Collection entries
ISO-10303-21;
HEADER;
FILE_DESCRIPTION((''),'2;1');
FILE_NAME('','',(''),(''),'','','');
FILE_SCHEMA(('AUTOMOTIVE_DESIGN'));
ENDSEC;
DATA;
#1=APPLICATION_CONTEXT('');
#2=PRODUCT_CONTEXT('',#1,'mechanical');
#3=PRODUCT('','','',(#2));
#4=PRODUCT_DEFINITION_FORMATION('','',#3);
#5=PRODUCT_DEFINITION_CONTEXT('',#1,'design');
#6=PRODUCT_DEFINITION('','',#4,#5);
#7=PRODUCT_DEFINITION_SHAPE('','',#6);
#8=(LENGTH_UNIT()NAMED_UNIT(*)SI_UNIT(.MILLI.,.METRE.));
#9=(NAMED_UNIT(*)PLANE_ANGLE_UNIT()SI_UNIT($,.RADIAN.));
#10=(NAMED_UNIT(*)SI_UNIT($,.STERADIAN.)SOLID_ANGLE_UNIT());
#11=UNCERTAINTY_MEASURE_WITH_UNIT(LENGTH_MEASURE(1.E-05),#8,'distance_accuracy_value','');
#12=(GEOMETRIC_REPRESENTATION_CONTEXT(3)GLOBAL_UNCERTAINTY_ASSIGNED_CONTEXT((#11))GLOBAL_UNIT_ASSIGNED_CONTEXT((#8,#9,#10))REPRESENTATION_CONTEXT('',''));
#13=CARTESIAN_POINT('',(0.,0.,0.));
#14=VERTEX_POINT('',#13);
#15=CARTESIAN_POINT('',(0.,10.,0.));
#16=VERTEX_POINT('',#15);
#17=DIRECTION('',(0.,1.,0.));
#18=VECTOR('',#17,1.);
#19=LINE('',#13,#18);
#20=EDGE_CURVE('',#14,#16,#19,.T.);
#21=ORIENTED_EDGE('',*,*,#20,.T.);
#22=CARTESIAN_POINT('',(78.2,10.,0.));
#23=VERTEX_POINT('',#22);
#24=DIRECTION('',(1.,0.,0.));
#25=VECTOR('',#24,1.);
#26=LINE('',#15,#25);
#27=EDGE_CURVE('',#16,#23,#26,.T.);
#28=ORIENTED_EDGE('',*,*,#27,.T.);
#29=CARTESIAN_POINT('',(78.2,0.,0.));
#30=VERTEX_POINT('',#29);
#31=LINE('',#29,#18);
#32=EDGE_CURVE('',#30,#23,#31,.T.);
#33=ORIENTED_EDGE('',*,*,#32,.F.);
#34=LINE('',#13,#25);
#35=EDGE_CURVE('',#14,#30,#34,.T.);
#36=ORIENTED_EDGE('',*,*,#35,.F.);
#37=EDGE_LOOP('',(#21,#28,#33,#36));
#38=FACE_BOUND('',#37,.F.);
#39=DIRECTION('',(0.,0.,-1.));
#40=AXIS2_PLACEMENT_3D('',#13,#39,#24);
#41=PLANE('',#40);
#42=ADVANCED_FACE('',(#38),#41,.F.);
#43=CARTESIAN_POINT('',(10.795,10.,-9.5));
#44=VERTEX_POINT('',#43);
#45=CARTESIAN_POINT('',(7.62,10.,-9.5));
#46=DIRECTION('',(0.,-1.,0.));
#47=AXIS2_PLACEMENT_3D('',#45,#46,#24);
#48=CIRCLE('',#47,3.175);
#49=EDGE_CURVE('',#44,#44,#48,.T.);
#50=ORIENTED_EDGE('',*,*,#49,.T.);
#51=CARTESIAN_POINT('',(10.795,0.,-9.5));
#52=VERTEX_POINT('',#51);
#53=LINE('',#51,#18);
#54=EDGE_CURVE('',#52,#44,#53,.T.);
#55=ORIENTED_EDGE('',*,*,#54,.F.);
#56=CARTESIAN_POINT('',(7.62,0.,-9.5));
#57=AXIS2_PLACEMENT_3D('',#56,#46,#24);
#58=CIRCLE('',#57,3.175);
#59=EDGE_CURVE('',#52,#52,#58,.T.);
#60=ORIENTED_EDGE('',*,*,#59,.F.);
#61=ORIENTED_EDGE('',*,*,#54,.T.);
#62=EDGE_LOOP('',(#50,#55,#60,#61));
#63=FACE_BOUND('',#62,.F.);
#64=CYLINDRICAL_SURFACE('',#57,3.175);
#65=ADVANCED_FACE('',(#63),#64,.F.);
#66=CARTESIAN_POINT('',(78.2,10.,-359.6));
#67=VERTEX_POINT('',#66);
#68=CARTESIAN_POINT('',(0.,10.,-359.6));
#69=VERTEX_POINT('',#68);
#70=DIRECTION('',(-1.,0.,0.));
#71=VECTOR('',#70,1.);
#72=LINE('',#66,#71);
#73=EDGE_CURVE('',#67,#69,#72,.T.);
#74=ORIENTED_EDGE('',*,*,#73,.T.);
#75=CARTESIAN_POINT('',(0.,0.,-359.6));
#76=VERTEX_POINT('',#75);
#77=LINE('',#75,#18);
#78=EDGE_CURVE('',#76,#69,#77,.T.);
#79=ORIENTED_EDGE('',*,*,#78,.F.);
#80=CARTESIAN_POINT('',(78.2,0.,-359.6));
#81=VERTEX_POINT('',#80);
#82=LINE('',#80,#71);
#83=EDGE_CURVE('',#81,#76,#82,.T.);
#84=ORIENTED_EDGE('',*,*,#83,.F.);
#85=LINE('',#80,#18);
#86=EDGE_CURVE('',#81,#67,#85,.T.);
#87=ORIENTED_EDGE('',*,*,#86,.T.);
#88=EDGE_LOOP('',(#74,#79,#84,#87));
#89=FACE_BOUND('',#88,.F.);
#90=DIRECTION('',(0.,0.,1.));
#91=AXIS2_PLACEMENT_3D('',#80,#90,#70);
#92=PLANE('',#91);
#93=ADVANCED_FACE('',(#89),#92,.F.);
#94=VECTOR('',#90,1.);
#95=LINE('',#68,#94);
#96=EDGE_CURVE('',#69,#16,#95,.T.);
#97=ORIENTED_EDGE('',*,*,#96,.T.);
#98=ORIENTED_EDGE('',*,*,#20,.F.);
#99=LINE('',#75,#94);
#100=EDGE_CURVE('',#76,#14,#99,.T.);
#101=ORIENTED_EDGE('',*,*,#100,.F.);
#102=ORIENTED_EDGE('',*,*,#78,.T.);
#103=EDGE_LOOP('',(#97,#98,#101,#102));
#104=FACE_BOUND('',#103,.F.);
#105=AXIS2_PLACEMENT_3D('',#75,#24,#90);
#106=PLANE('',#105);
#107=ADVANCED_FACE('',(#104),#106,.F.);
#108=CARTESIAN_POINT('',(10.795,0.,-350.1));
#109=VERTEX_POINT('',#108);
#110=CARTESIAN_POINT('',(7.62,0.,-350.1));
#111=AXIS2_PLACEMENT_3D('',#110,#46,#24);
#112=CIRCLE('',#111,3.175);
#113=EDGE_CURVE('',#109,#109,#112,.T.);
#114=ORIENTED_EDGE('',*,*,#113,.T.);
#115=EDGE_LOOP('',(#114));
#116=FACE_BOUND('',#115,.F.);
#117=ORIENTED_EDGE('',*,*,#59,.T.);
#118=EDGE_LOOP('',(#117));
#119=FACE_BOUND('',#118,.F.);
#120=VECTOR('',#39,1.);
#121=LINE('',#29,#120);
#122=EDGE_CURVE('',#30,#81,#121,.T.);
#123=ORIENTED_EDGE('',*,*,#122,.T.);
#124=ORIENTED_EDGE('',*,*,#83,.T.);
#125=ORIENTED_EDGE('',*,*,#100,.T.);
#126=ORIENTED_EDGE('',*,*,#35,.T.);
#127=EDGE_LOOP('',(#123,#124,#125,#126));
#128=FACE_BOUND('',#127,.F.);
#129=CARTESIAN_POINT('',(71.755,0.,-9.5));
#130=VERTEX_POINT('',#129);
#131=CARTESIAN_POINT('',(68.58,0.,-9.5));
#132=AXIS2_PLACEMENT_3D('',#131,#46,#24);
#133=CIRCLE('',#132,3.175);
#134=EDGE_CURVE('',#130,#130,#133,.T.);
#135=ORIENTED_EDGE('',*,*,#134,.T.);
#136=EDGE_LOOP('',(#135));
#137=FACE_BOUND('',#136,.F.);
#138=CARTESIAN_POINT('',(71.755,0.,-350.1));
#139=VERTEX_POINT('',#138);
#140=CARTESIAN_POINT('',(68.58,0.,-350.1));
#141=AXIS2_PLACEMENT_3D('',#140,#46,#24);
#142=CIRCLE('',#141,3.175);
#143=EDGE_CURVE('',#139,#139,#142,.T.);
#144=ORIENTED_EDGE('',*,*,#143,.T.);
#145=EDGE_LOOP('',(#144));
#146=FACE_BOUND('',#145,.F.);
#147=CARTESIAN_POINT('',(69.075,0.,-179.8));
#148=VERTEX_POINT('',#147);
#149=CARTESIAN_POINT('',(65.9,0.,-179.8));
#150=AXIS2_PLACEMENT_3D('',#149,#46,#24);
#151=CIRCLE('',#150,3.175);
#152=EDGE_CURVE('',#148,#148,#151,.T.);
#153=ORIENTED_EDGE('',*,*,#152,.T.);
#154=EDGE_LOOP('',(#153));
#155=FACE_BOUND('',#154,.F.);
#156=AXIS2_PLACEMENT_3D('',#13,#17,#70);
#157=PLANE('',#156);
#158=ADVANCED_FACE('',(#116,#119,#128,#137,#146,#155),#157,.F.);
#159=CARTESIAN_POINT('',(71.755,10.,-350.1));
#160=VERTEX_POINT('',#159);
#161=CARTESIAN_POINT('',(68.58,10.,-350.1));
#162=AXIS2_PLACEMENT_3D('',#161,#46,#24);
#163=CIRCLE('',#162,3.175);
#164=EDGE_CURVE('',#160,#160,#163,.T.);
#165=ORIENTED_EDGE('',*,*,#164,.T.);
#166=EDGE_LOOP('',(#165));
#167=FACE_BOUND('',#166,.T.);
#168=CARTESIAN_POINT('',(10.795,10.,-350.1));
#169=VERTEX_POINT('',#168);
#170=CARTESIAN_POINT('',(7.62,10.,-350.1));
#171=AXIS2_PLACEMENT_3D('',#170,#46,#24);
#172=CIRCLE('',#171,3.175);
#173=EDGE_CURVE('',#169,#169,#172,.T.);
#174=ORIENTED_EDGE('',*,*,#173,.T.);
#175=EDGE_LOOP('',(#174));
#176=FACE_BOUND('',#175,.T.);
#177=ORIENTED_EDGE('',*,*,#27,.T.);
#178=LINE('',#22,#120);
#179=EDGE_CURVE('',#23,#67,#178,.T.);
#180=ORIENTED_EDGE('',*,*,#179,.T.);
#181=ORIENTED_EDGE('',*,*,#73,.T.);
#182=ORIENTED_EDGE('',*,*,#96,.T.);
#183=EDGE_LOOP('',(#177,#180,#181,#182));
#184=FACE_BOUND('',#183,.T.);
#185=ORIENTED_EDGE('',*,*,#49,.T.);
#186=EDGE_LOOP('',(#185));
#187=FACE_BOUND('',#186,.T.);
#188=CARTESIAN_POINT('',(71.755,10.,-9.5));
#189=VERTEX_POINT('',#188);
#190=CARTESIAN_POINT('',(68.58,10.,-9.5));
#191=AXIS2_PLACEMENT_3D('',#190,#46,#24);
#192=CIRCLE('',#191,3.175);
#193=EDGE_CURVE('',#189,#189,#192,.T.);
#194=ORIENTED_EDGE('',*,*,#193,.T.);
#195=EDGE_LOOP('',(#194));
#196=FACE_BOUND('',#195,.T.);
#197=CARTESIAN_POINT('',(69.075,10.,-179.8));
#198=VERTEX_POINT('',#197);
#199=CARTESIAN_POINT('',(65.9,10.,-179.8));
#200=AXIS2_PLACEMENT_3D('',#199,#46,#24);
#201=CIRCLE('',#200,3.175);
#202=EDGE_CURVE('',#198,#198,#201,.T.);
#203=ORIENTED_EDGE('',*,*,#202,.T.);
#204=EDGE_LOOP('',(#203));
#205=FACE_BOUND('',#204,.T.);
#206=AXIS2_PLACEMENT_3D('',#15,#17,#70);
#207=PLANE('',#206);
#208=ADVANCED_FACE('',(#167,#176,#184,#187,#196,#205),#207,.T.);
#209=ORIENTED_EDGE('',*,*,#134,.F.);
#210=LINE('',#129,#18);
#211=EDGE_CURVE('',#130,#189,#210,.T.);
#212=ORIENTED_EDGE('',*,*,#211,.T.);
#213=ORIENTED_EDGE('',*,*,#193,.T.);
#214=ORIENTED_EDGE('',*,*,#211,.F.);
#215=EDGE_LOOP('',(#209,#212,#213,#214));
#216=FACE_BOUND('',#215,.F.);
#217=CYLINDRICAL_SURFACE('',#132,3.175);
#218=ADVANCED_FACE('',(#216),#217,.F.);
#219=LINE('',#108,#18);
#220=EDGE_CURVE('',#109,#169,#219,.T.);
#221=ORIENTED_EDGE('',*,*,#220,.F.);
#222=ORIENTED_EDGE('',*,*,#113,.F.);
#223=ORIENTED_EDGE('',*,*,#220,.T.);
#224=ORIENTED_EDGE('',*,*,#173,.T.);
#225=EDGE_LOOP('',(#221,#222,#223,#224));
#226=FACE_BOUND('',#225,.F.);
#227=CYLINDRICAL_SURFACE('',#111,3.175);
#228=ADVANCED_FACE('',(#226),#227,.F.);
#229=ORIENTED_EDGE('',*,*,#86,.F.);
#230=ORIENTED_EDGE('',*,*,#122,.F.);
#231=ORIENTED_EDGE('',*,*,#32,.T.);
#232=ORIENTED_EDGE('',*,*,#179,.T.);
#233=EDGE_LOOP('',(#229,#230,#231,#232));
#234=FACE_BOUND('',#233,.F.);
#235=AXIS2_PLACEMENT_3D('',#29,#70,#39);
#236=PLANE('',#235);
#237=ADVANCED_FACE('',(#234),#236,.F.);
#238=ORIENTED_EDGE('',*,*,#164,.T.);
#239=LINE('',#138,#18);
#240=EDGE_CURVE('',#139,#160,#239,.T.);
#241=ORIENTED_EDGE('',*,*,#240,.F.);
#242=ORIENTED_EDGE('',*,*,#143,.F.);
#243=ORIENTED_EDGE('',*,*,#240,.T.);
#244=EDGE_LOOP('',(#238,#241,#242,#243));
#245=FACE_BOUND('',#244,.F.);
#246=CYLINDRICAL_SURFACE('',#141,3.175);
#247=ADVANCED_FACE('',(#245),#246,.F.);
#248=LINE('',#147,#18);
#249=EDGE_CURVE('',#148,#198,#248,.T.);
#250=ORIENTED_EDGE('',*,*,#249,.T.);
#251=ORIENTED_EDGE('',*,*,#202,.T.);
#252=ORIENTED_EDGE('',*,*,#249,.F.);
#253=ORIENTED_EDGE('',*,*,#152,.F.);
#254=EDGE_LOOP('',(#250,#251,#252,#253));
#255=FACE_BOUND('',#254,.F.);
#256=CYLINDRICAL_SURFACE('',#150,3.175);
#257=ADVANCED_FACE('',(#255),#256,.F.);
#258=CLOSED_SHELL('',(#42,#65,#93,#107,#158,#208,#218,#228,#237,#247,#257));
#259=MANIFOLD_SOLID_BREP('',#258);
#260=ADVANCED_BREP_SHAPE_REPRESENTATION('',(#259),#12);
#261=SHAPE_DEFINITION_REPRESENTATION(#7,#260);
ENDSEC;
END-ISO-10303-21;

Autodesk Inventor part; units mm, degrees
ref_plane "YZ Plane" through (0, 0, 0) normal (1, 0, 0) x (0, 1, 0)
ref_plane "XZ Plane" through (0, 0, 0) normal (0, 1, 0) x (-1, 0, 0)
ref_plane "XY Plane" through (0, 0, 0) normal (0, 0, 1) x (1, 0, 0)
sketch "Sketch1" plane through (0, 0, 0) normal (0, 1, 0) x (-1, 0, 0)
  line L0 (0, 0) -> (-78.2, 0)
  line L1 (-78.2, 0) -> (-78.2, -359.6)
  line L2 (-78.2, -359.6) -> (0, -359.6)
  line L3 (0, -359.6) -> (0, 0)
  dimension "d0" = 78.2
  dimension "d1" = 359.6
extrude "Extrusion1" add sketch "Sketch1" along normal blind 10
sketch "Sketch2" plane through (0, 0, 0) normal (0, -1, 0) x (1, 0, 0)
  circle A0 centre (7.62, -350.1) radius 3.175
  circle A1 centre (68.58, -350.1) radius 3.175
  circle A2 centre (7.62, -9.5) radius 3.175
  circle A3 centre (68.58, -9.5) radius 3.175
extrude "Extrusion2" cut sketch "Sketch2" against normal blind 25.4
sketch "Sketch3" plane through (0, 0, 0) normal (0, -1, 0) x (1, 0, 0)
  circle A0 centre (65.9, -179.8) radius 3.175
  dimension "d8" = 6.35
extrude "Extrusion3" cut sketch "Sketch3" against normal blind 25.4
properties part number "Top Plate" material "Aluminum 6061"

- _Exercise brief_
After locating the line holding "#45=CARTESIAN_POINT('',(7.62,10.,-9.5));" above, output exactly that line and every line after it through the line holding "#95=LINE('',#68,#94);". Include nothing else.

- _Solution for this exercise_
#45=CARTESIAN_POINT('',(7.62,10.,-9.5));
#46=DIRECTION('',(0.,-1.,0.));
#47=AXIS2_PLACEMENT_3D('',#45,#46,#24);
#48=CIRCLE('',#47,3.175);
#49=EDGE_CURVE('',#44,#44,#48,.T.);
#50=ORIENTED_EDGE('',*,*,#49,.T.);
#51=CARTESIAN_POINT('',(10.795,0.,-9.5));
#52=VERTEX_POINT('',#51);
#53=LINE('',#51,#18);
#54=EDGE_CURVE('',#52,#44,#53,.T.);
#55=ORIENTED_EDGE('',*,*,#54,.F.);
#56=CARTESIAN_POINT('',(7.62,0.,-9.5));
#57=AXIS2_PLACEMENT_3D('',#56,#46,#24);
#58=CIRCLE('',#57,3.175);
#59=EDGE_CURVE('',#52,#52,#58,.T.);
#60=ORIENTED_EDGE('',*,*,#59,.F.);
#61=ORIENTED_EDGE('',*,*,#54,.T.);
#62=EDGE_LOOP('',(#50,#55,#60,#61));
#63=FACE_BOUND('',#62,.F.);
#64=CYLINDRICAL_SURFACE('',#57,3.175);
#65=ADVANCED_FACE('',(#63),#64,.F.);
#66=CARTESIAN_POINT('',(78.2,10.,-359.6));
#67=VERTEX_POINT('',#66);
#68=CARTESIAN_POINT('',(0.,10.,-359.6));
#69=VERTEX_POINT('',#68);
#70=DIRECTION('',(-1.,0.,0.));
#71=VECTOR('',#70,1.);
#72=LINE('',#66,#71);
#73=EDGE_CURVE('',#67,#69,#72,.T.);
#74=ORIENTED_EDGE('',*,*,#73,.T.);
#75=CARTESIAN_POINT('',(0.,0.,-359.6));
#76=VERTEX_POINT('',#75);
#77=LINE('',#75,#18);
#78=EDGE_CURVE('',#76,#69,#77,.T.);
#79=ORIENTED_EDGE('',*,*,#78,.F.);
#80=CARTESIAN_POINT('',(78.2,0.,-359.6));
#81=VERTEX_POINT('',#80);
#82=LINE('',#80,#71);
#83=EDGE_CURVE('',#81,#76,#82,.T.);
#84=ORIENTED_EDGE('',*,*,#83,.F.);
#85=LINE('',#80,#18);
#86=EDGE_CURVE('',#81,#67,#85,.T.);
#87=ORIENTED_EDGE('',*,*,#86,.T.);
#88=EDGE_LOOP('',(#74,#79,#84,#87));
#89=FACE_BOUND('',#88,.F.);
#90=DIRECTION('',(0.,0.,1.));
#91=AXIS2_PLACEMENT_3D('',#80,#90,#70);
#92=PLANE('',#91);
#93=ADVANCED_FACE('',(#89),#92,.F.);
#94=VECTOR('',#90,1.);
#95=LINE('',#68,#94);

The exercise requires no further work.